▸ WORK REQUIRED: Every line from the one with "v -18.837 -63.5 -2.839" to the one with "v 52.24 -18.073 28.575", including those two, is to be copied exactly; all other lines of the entries below are left out.

▸ SUPPLIED ENTRIES:

______

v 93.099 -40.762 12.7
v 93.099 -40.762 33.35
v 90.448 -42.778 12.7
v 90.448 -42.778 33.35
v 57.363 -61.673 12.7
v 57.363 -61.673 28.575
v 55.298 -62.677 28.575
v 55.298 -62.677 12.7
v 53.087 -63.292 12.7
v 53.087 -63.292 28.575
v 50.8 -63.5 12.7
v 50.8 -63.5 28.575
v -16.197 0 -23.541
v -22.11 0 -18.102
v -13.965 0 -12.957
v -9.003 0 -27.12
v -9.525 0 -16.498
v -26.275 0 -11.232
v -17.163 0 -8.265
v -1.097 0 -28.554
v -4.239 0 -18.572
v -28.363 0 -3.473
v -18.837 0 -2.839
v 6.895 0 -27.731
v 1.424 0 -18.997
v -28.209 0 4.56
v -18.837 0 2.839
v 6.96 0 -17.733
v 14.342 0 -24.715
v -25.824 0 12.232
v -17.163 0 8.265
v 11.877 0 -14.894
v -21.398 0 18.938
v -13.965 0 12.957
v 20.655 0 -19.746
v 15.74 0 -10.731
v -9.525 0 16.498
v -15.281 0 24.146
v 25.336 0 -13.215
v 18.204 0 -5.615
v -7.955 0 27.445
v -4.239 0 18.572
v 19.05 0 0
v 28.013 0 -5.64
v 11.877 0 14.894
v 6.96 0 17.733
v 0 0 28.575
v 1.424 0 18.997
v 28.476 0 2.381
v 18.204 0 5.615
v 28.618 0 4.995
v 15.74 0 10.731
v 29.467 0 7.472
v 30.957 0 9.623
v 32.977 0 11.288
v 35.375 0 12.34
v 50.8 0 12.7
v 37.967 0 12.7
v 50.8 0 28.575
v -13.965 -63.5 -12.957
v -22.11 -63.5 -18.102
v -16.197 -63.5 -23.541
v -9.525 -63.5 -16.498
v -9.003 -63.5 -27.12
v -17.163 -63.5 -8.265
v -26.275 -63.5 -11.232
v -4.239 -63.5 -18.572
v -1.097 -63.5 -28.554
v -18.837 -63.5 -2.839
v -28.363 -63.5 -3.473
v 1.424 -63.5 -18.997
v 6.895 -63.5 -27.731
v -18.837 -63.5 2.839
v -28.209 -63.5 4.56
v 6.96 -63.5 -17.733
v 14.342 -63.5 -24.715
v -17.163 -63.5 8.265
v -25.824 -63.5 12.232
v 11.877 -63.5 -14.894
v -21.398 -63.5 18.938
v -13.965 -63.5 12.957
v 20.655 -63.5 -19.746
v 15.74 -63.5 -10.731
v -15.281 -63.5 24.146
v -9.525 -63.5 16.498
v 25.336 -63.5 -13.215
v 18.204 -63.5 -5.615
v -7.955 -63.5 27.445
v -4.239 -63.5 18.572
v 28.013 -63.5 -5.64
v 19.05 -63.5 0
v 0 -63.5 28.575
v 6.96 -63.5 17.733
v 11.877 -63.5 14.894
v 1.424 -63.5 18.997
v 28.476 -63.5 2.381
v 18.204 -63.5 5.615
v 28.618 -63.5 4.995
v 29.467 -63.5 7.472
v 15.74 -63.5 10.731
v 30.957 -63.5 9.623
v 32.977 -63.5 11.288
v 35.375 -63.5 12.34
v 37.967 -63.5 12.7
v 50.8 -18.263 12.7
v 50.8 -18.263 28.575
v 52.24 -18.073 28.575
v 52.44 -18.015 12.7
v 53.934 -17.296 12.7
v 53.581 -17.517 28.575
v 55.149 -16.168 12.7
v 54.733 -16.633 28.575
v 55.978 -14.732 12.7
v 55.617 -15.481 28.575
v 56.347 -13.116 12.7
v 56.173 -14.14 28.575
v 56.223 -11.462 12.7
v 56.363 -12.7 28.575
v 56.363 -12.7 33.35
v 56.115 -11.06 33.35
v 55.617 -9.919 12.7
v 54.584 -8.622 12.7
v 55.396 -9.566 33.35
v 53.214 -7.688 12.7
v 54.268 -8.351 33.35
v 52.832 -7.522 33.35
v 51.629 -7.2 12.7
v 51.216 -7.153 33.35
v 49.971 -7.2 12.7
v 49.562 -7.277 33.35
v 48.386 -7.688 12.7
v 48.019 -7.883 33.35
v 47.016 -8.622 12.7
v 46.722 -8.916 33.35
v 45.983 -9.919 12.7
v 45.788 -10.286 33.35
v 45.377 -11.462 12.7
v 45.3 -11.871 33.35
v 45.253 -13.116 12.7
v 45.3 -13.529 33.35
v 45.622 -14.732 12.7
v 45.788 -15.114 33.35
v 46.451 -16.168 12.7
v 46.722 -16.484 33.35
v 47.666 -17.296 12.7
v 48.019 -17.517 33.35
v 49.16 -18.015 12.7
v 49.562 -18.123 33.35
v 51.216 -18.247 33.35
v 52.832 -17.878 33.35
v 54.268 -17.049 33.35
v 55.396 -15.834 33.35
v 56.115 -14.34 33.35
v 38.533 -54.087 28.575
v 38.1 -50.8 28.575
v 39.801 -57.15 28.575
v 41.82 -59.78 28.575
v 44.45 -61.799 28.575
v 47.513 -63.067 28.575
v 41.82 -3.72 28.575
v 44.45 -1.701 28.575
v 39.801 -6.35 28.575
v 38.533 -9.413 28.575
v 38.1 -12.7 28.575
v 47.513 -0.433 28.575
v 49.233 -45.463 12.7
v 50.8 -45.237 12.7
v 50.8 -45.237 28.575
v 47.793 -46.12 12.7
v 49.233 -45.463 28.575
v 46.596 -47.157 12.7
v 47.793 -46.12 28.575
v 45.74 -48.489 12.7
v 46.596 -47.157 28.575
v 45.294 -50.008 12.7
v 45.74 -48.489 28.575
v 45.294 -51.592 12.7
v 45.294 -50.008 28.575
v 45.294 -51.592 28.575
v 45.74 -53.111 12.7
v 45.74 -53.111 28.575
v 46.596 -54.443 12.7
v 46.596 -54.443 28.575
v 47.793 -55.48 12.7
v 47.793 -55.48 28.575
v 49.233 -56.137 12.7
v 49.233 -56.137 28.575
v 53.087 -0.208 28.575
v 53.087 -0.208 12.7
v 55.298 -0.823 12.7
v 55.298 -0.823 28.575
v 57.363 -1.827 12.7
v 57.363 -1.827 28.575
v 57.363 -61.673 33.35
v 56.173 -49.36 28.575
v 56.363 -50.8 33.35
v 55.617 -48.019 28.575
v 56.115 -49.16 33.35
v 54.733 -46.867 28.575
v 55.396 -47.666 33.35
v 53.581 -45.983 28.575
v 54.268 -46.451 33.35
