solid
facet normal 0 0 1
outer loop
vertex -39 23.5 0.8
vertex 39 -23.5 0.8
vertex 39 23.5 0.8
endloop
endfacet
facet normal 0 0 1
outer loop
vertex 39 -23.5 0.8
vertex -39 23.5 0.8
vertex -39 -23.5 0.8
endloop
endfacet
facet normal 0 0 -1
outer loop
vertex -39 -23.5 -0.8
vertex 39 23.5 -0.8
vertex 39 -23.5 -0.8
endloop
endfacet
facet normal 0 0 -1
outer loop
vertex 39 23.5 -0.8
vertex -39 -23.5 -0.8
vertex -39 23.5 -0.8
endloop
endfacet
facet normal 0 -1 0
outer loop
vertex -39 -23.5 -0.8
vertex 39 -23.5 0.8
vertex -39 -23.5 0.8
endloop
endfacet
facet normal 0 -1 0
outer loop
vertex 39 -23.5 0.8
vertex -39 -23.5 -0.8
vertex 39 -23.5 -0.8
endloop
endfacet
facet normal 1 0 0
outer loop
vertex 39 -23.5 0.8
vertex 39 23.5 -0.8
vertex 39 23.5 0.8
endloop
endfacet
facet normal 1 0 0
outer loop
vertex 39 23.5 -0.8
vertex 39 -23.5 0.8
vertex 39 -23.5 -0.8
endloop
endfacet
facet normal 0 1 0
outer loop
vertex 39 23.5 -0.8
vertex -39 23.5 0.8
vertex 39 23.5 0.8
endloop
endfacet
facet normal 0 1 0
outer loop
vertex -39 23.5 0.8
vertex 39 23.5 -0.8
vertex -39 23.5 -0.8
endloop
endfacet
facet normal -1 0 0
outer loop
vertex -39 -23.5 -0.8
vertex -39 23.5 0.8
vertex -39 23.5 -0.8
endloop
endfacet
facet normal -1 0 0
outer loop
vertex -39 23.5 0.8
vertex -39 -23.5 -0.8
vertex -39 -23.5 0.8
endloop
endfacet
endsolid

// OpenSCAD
// Parameters
length = 78; //[39:156:0.5]
width = 47; //[23.5:94:0.5]
thickness = 1.6; //[0.8:3.2:0.1]
corner_radius = 0; //[0:10:0.5]

// PCB Plate - complete geometry
module pcb_plate() {
  color([0.0, 0.4, 0.2]) { // Green color for PCB
    cube([length, width, thickness], center=true);
  }
}

// Assembly
module assembly() {
  pcb_plate();
}

assembly();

______

▸ WRITTEN SOLUTION:
v -18.837 -63.5 -2.839
v -28.363 -63.5 -3.473
v 1.424 -63.5 -18.997
v 6.895 -63.5 -27.731
v -18.837 -63.5 2.839
v -28.209 -63.5 4.56
v 6.96 -63.5 -17.733
v 14.342 -63.5 -24.715
v -17.163 -63.5 8.265
v -25.824 -63.5 12.232
v 11.877 -63.5 -14.894
v -21.398 -63.5 18.938
v -13.965 -63.5 12.957
v 20.655 -63.5 -19.746
v 15.74 -63.5 -10.731
v -15.281 -63.5 24.146
v -9.525 -63.5 16.498
v 25.336 -63.5 -13.215
v 18.204 -63.5 -5.615
v -7.955 -63.5 27.445
v -4.239 -63.5 18.572
v 28.013 -63.5 -5.64
v 19.05 -63.5 0
v 0 -63.5 28.575
v 6.96 -63.5 17.733
v 11.877 -63.5 14.894
v 1.424 -63.5 18.997
v 28.476 -63.5 2.381
v 18.204 -63.5 5.615
v 28.618 -63.5 4.995
v 29.467 -63.5 7.472
v 15.74 -63.5 10.731
v 30.957 -63.5 9.623
v 32.977 -63.5 11.288
v 35.375 -63.5 12.34
v 37.967 -63.5 12.7
v 50.8 -18.263 12.7
v 50.8 -18.263 28.575
v 52.24 -18.073 28.575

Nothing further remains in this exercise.